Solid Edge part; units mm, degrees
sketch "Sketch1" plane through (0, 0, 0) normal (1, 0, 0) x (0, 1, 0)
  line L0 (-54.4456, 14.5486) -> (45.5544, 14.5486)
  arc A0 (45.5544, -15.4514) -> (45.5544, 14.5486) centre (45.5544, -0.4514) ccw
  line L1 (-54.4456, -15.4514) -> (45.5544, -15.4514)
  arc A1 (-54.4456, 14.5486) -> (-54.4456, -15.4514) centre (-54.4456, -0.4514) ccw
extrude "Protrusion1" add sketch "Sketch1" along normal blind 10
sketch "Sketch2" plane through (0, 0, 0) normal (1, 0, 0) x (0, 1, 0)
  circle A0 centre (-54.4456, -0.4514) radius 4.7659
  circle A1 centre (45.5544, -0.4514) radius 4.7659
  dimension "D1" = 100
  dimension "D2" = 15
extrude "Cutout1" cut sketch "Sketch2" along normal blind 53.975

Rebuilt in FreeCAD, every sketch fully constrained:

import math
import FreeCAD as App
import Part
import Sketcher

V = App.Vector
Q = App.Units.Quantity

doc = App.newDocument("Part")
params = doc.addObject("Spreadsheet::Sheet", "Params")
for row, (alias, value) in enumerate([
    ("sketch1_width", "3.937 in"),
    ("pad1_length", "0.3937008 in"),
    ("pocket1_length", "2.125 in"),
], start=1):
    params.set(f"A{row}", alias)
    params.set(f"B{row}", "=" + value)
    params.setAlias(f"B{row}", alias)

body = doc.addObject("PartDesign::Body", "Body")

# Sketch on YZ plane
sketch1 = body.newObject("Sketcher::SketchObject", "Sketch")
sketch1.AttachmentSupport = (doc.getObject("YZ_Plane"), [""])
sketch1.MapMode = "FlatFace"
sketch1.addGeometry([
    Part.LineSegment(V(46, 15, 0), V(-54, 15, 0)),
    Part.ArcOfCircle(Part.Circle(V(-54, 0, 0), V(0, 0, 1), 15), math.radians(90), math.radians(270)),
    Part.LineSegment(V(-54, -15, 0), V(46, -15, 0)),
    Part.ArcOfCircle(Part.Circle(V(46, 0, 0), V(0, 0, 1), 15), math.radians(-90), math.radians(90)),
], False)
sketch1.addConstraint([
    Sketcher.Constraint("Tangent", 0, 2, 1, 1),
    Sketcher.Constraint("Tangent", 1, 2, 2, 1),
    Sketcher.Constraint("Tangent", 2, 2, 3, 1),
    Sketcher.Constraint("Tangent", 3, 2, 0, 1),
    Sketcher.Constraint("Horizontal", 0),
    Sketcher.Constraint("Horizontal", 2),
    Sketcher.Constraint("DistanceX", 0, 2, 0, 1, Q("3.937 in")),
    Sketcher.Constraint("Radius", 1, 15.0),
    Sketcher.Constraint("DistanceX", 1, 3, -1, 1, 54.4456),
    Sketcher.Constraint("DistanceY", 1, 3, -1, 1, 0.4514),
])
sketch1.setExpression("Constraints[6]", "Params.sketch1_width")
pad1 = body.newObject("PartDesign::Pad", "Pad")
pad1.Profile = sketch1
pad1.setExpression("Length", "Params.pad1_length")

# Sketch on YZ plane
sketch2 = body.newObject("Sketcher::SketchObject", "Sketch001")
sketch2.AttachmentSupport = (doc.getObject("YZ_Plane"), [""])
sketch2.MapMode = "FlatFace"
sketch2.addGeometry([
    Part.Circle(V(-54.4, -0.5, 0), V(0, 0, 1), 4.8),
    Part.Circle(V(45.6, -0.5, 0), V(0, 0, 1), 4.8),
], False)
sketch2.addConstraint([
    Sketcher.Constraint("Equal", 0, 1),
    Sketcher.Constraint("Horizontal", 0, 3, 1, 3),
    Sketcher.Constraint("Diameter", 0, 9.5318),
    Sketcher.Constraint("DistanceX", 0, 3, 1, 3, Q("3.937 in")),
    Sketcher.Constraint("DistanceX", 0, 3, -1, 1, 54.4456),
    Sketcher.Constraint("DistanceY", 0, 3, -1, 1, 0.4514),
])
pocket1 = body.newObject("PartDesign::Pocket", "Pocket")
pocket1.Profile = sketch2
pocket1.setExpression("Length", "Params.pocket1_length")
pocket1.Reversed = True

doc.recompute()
=-=-=
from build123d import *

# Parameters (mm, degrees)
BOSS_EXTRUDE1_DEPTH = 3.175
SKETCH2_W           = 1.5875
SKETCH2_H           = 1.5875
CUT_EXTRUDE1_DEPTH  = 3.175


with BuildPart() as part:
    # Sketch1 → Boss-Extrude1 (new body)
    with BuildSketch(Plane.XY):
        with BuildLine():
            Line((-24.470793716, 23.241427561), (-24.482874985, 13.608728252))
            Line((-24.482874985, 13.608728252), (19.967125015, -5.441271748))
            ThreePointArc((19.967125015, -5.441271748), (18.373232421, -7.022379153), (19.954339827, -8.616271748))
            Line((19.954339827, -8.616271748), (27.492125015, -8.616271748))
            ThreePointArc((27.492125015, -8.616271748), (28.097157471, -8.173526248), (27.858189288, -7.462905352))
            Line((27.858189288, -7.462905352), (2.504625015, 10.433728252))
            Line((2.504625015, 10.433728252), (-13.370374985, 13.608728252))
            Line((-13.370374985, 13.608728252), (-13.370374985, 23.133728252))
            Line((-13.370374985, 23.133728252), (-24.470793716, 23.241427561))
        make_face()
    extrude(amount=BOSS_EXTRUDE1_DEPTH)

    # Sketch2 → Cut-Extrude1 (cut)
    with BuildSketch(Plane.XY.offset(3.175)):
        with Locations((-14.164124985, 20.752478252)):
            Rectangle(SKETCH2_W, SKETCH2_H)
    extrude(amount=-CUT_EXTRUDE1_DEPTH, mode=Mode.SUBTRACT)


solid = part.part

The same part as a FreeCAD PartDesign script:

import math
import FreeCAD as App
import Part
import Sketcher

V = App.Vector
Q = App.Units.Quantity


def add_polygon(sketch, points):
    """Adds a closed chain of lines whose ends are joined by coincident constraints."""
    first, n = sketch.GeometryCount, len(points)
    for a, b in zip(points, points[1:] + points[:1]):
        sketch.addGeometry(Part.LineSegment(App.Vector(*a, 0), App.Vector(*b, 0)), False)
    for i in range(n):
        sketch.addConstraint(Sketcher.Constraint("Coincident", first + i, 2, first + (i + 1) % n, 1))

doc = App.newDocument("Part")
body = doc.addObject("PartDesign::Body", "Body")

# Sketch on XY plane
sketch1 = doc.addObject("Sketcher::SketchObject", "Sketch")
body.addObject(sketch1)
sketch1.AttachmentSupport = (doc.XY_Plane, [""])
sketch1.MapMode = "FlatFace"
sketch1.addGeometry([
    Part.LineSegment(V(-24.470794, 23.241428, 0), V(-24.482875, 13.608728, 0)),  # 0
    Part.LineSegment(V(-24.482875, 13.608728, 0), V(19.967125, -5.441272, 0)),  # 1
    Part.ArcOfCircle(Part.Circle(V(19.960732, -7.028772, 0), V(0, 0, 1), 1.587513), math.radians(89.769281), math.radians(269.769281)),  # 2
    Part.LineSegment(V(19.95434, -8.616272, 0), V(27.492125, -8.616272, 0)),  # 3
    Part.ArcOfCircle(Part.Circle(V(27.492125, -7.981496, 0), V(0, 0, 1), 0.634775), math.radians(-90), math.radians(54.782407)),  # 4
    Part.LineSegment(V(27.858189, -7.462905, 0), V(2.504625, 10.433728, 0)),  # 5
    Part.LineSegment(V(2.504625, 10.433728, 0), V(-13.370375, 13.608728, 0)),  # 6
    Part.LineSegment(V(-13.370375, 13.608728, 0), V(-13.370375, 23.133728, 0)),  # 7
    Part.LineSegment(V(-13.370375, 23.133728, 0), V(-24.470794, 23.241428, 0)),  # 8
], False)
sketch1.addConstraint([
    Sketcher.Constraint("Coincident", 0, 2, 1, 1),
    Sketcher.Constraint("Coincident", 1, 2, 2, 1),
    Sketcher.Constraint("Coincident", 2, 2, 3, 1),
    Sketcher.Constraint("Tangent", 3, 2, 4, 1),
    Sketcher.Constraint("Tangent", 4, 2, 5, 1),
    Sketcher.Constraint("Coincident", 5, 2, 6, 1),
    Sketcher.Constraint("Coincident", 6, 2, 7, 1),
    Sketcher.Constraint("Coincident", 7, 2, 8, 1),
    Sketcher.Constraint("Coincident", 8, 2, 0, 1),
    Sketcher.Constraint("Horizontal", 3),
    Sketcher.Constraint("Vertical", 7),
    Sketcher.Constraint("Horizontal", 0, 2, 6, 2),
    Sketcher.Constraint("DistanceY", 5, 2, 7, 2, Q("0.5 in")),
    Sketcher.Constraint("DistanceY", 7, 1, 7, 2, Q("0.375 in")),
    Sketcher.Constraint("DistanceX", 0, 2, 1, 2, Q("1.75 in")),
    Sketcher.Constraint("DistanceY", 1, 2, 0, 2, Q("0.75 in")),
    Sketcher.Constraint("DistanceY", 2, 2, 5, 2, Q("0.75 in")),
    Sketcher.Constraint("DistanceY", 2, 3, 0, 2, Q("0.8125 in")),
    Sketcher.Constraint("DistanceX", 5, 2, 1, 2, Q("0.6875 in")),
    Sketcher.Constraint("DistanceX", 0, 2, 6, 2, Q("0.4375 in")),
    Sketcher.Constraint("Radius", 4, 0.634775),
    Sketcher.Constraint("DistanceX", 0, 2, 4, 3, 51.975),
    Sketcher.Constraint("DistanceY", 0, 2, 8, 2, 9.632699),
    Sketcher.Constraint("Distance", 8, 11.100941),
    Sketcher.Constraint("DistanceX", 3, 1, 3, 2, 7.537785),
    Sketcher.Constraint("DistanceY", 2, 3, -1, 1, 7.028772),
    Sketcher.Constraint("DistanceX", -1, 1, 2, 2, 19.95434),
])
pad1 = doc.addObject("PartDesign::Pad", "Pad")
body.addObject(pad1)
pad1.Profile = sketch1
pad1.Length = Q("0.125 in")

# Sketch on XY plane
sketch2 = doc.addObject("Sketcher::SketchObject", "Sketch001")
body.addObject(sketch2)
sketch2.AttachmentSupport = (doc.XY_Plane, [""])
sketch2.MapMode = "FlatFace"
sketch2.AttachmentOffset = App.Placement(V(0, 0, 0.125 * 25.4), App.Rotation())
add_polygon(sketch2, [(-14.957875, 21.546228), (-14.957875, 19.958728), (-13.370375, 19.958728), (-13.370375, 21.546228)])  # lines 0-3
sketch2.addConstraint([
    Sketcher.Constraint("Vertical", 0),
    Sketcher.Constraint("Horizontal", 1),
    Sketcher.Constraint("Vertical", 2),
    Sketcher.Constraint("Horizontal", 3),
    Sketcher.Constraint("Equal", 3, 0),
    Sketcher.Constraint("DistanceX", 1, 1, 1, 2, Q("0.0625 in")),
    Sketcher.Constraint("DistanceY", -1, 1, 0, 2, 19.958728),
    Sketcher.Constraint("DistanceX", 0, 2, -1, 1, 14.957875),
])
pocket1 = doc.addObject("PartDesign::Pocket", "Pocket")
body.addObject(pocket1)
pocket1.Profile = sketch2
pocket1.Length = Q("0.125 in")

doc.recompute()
=-=-=
> **EXERCISE REQUIREMENTS**:
Keeping every character as it is, restate the lines above that run from the line with "arc A1 (-54.4456, 14.5486)" through the line with "Rebuilt in FreeCAD, every", both included, and nothing else.

> **YOUR SOLUTION**:
  arc A1 (-54.4456, 14.5486) -> (-54.4456, -15.4514) centre (-54.4456, -0.4514) ccw
extrude "Protrusion1" add sketch "Sketch1" along normal blind 10
sketch "Sketch2" plane through (0, 0, 0) normal (1, 0, 0) x (0, 1, 0)
  circle A0 centre (-54.4456, -0.4514) radius 4.7659
  circle A1 centre (45.5544, -0.4514) radius 4.7659
  dimension "D1" = 100
  dimension "D2" = 15
extrude "Cutout1" cut sketch "Sketch2" along normal blind 53.975

Rebuilt in FreeCAD, every sketch fully constrained:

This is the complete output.